-- Opening Marker --

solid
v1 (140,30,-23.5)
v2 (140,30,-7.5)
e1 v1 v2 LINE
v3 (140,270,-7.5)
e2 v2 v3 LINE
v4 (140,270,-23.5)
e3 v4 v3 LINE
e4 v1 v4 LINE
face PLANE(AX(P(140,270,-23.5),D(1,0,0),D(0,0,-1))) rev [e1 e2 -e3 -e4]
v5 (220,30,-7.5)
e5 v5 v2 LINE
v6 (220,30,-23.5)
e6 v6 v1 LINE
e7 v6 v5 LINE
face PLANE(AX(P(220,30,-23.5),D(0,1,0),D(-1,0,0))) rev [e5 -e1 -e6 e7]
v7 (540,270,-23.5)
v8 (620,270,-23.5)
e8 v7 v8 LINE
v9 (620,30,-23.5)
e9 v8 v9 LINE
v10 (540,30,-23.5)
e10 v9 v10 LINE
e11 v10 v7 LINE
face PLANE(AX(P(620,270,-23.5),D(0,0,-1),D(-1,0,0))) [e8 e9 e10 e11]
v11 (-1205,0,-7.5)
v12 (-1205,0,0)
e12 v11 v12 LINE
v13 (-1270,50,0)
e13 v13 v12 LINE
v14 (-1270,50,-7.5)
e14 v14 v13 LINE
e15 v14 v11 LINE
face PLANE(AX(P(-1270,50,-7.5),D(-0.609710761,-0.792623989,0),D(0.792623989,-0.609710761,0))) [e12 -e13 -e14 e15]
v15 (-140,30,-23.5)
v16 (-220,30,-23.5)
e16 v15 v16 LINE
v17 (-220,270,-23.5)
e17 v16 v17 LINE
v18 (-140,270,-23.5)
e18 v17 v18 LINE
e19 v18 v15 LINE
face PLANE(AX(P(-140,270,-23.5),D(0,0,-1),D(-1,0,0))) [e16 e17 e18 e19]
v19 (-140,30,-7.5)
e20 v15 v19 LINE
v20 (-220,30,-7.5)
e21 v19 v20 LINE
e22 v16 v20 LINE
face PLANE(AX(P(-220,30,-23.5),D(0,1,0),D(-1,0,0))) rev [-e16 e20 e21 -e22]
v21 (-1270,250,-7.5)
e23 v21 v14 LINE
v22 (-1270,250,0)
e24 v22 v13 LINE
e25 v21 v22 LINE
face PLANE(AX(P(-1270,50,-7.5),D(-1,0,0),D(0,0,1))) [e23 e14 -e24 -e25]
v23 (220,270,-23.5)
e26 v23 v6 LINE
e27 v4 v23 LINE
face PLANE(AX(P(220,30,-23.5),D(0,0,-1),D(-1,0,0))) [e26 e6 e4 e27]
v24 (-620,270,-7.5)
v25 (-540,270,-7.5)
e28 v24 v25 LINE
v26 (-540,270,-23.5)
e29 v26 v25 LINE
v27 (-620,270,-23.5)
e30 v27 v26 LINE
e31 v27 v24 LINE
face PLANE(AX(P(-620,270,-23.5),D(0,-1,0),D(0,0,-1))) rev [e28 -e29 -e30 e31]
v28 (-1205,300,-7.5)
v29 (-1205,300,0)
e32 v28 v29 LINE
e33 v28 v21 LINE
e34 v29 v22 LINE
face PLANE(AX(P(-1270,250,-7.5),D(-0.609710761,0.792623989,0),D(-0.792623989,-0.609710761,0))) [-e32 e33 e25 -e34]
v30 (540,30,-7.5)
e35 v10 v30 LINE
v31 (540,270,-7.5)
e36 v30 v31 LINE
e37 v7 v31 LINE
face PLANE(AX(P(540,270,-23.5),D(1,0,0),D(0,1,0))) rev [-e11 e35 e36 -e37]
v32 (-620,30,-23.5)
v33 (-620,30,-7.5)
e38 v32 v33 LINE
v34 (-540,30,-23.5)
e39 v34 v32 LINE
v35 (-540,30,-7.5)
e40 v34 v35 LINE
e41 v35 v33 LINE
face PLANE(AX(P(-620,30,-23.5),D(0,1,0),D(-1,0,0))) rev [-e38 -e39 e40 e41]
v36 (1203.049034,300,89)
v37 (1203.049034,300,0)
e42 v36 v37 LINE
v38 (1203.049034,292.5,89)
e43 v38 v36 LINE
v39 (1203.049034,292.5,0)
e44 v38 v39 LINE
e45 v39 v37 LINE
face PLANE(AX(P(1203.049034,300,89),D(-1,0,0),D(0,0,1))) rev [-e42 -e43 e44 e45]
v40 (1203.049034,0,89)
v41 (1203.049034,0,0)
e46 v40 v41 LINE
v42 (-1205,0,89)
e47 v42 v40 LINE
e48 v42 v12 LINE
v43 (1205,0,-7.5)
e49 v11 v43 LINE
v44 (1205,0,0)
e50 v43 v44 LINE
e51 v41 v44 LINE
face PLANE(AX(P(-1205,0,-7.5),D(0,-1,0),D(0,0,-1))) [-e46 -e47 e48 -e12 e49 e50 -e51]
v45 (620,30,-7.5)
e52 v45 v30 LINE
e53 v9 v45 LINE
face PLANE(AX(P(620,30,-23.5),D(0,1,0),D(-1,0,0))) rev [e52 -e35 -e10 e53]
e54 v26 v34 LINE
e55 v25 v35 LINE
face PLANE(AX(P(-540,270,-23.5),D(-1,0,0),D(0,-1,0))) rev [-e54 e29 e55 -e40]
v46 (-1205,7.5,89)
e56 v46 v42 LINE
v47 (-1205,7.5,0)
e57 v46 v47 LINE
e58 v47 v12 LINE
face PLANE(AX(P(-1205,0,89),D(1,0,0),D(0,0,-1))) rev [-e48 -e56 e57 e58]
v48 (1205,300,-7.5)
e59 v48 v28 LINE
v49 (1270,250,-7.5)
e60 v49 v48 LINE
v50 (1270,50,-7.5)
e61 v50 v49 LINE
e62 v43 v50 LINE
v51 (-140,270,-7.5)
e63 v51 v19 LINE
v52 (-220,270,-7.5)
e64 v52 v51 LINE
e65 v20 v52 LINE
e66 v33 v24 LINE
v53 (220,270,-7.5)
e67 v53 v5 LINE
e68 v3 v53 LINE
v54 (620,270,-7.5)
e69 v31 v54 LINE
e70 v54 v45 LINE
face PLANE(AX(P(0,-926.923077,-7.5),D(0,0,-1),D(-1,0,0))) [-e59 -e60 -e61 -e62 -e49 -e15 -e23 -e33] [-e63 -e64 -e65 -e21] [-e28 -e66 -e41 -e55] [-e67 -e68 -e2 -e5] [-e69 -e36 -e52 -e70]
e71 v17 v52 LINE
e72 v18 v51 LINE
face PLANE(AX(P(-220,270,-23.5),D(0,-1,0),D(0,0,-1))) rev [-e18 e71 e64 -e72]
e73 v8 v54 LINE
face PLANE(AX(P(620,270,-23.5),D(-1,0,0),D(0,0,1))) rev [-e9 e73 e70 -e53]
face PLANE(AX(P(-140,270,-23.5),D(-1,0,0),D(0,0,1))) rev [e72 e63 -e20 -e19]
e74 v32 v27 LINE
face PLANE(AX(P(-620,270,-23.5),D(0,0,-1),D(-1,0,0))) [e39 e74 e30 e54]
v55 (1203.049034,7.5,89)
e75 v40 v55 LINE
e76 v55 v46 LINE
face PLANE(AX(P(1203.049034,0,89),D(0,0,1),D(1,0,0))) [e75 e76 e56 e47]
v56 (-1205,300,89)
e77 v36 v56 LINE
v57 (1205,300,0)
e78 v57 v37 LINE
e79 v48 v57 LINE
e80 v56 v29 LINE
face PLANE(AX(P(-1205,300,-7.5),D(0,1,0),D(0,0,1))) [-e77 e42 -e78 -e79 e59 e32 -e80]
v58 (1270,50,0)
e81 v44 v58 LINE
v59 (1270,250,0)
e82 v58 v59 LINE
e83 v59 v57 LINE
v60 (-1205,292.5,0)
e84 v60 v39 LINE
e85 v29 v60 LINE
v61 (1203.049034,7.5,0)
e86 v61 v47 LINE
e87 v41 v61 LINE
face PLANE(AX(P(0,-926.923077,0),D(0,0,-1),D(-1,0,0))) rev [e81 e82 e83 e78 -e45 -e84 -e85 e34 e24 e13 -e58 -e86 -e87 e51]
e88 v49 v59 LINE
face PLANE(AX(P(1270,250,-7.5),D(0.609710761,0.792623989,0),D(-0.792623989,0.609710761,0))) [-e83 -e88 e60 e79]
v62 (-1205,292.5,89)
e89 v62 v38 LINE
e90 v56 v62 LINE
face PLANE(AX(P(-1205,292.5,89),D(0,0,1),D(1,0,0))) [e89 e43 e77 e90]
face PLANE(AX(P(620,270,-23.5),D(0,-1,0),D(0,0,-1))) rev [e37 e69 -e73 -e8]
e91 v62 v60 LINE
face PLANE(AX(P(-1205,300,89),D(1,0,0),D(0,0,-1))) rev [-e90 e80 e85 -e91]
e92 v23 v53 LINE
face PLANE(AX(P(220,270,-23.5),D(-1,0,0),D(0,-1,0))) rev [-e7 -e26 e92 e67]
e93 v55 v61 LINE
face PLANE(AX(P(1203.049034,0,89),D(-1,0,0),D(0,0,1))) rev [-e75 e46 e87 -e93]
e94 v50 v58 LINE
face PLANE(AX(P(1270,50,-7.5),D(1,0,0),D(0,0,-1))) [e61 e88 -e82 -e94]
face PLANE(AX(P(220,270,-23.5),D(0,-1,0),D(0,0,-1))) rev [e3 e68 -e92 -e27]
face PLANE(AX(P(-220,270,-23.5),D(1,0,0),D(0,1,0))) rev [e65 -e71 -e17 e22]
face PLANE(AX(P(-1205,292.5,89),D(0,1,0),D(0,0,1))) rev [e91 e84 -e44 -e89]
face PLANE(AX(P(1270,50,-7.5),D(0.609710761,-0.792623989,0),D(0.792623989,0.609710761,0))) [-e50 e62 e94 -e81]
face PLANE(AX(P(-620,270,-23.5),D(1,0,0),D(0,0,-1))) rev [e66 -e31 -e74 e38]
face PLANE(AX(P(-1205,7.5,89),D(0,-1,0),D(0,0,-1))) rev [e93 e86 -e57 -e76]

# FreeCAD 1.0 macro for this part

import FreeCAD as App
import Part
import Sketcher


def add_polygon(sketch, points):
    """Adds a closed chain of lines whose ends are joined by coincident constraints."""
    first, n = sketch.GeometryCount, len(points)
    for a, b in zip(points, points[1:] + points[:1]):
        sketch.addGeometry(Part.LineSegment(App.Vector(*a, 0), App.Vector(*b, 0)), False)
    for i in range(n):
        sketch.addConstraint(Sketcher.Constraint("Coincident", first + i, 2, first + (i + 1) % n, 1))

doc = App.newDocument("Part")
body = doc.addObject("PartDesign::Body", "Body")

# Sketch on XY plane
sketch1 = body.newObject("Sketcher::SketchObject", "Sketch")
sketch1.AttachmentSupport = (doc.getObject("XY_Plane"), [""])
sketch1.MapMode = "FlatFace"
add_polygon(sketch1, [(-1205, 0), (1205, 0), (1270, 50), (1270, 250), (1205, 300), (-1205, 300), (-1270, 250), (-1270, 50)])  # lines 0-7
sketch1.addConstraint([
    Sketcher.Constraint("Horizontal", 0),
    Sketcher.Constraint("Vertical", 2),
    Sketcher.Constraint("Horizontal", 4),
    Sketcher.Constraint("Vertical", 6),
    Sketcher.Constraint("Symmetric", 0, 2, 7, 2, -1, 1),
    Sketcher.Constraint("Symmetric", 2, 2, 5, 2, -2),
    Sketcher.Constraint("Parallel", 1, 5),
    Sketcher.Constraint("Parallel", 3, 7),
    Sketcher.Constraint("Horizontal", 1, 2, 6, 2),
    Sketcher.Constraint("Vertical", 0, 2, 3, 2),
    Sketcher.Constraint("DistanceX", 0, 1, 0, 2, 2410.0),
    Sketcher.Constraint("DistanceY", 2, 1, 2, 2, 200.0),
    Sketcher.Constraint("DistanceX", -1, 1, 1, 2, 1270.0),
    Sketcher.Constraint("DistanceY", -1, 1, 1, 2, 50.0),
])
pad1 = body.newObject("PartDesign::Pad", "Pad")
pad1.Profile = sketch1
pad1.Length = 7.5
pad1.Reversed = True

# Sketch on XY plane
sketch2 = body.newObject("Sketcher::SketchObject", "Sketch001")
sketch2.AttachmentSupport = (doc.getObject("XY_Plane"), [""])
sketch2.MapMode = "FlatFace"
add_polygon(sketch2, [(-1205, 300), (-1205, 292), (1203, 292), (1203, 300)])  # lines 0-3
add_polygon(sketch2, [(-1205, 8), (-1205, 0), (1203, 0), (1203, 8)])  # lines 4-7
sketch2.addConstraint([
    Sketcher.Constraint("Vertical", 0),
    Sketcher.Constraint("Horizontal", 1),
    Sketcher.Constraint("Vertical", 2),
    Sketcher.Constraint("Horizontal", 3),
    Sketcher.Constraint("Vertical", 4),
    Sketcher.Constraint("Horizontal", 5),
    Sketcher.Constraint("Vertical", 6),
    Sketcher.Constraint("Horizontal", 7),
    Sketcher.Constraint("PointOnObject", 4, 2, -1),
    Sketcher.Constraint("Vertical", 3, 2, 4, 2),
    Sketcher.Constraint("Vertical", 2, 2, 5, 2),
    Sketcher.Constraint("Equal", 2, 4),
    Sketcher.Constraint("DistanceY", 0, 2, 0, 1, 7.5),
    Sketcher.Constraint("DistanceX", 0, 2, -1, 1, 1205.0),
    Sketcher.Constraint("DistanceY", -1, 1, 2, 2, 300.0),
    Sketcher.Constraint("DistanceX", 1, 1, 1, 2, 2408.049034),
])
pad2 = body.newObject("PartDesign::Pad", "Pad001")
pad2.Profile = sketch2
pad2.Length = 89

# Sketch on XY plane
sketch3 = body.newObject("Sketcher::SketchObject", "Sketch002")
sketch3.AttachmentSupport = (doc.getObject("XY_Plane"), [""])
sketch3.MapMode = "FlatFace"
sketch3.AttachmentOffset = App.Placement(App.Vector(0, 0, -7.5), App.Rotation())
add_polygon(sketch3, [(620, 270), (620, 30), (540, 30), (540, 270)])  # lines 0-3
add_polygon(sketch3, [(220, 270), (220, 30), (140, 30), (140, 270)])  # lines 4-7
add_polygon(sketch3, [(-140, 270), (-140, 30), (-220, 30), (-220, 270)])  # lines 8-11
add_polygon(sketch3, [(-540, 270), (-540, 30), (-620, 30), (-620, 270)])  # lines 12-15
sketch3.addConstraint([
    Sketcher.Constraint("Vertical", 0),
    Sketcher.Constraint("Horizontal", 1),
    Sketcher.Constraint("Vertical", 2),
    Sketcher.Constraint("Horizontal", 3),
    Sketcher.Constraint("Vertical", 4),
    Sketcher.Constraint("Horizontal", 5),
    Sketcher.Constraint("Vertical", 6),
    Sketcher.Constraint("Horizontal", 7),
    Sketcher.Constraint("Vertical", 8),
    Sketcher.Constraint("Horizontal", 9),
    Sketcher.Constraint("Vertical", 10),
    Sketcher.Constraint("Horizontal", 11),
    Sketcher.Constraint("Vertical", 12),
    Sketcher.Constraint("Horizontal", 13),
    Sketcher.Constraint("Vertical", 14),
    Sketcher.Constraint("Horizontal", 15),
    Sketcher.Constraint("Symmetric", 5, 2, 8, 2, -2),
    Sketcher.Constraint("Symmetric", 7, 2, 10, 2, -2),
    Sketcher.Constraint("Symmetric", 1, 2, 12, 2, -2),
    Sketcher.Constraint("Symmetric", 3, 2, 14, 2, -2),
    Sketcher.Constraint("Horizontal", 1, 2, 4, 2),
    Sketcher.Constraint("Horizontal", 3, 2, 6, 2),
    Sketcher.Constraint("Equal", 3, 5),
    Sketcher.Constraint("DistanceX", 1, 2, 1, 1, 80.0),
    Sketcher.Constraint("DistanceY", 0, 2, 0, 1, 240.0),
    Sketcher.Constraint("DistanceX", -1, 1, 0, 2, 620.0),
    Sketcher.Constraint("DistanceY", -1, 1, 0, 2, 30.0),
    Sketcher.Constraint("DistanceX", -1, 1, 4, 2, 220.0),
])
pad3 = body.newObject("PartDesign::Pad", "Pad002")
pad3.Profile = sketch3
pad3.Length = 16
pad3.Reversed = True

doc.recompute()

-- Closing Marker --

| Exercise requirements |
Looking at the entries above, can you reproduce exactly the lines from the one that holds "e31 v27 v24 LINE" through the one that holds "e34 v29 v22 LINE", and only those?

| Written answer |
e31 v27 v24 LINE
face PLANE(AX(P(-620,270,-23.5),D(0,-1,0),D(0,0,-1))) rev [e28 -e29 -e30 e31]
v28 (-1205,300,-7.5)
v29 (-1205,300,0)
e32 v28 v29 LINE
e33 v28 v21 LINE
e34 v29 v22 LINE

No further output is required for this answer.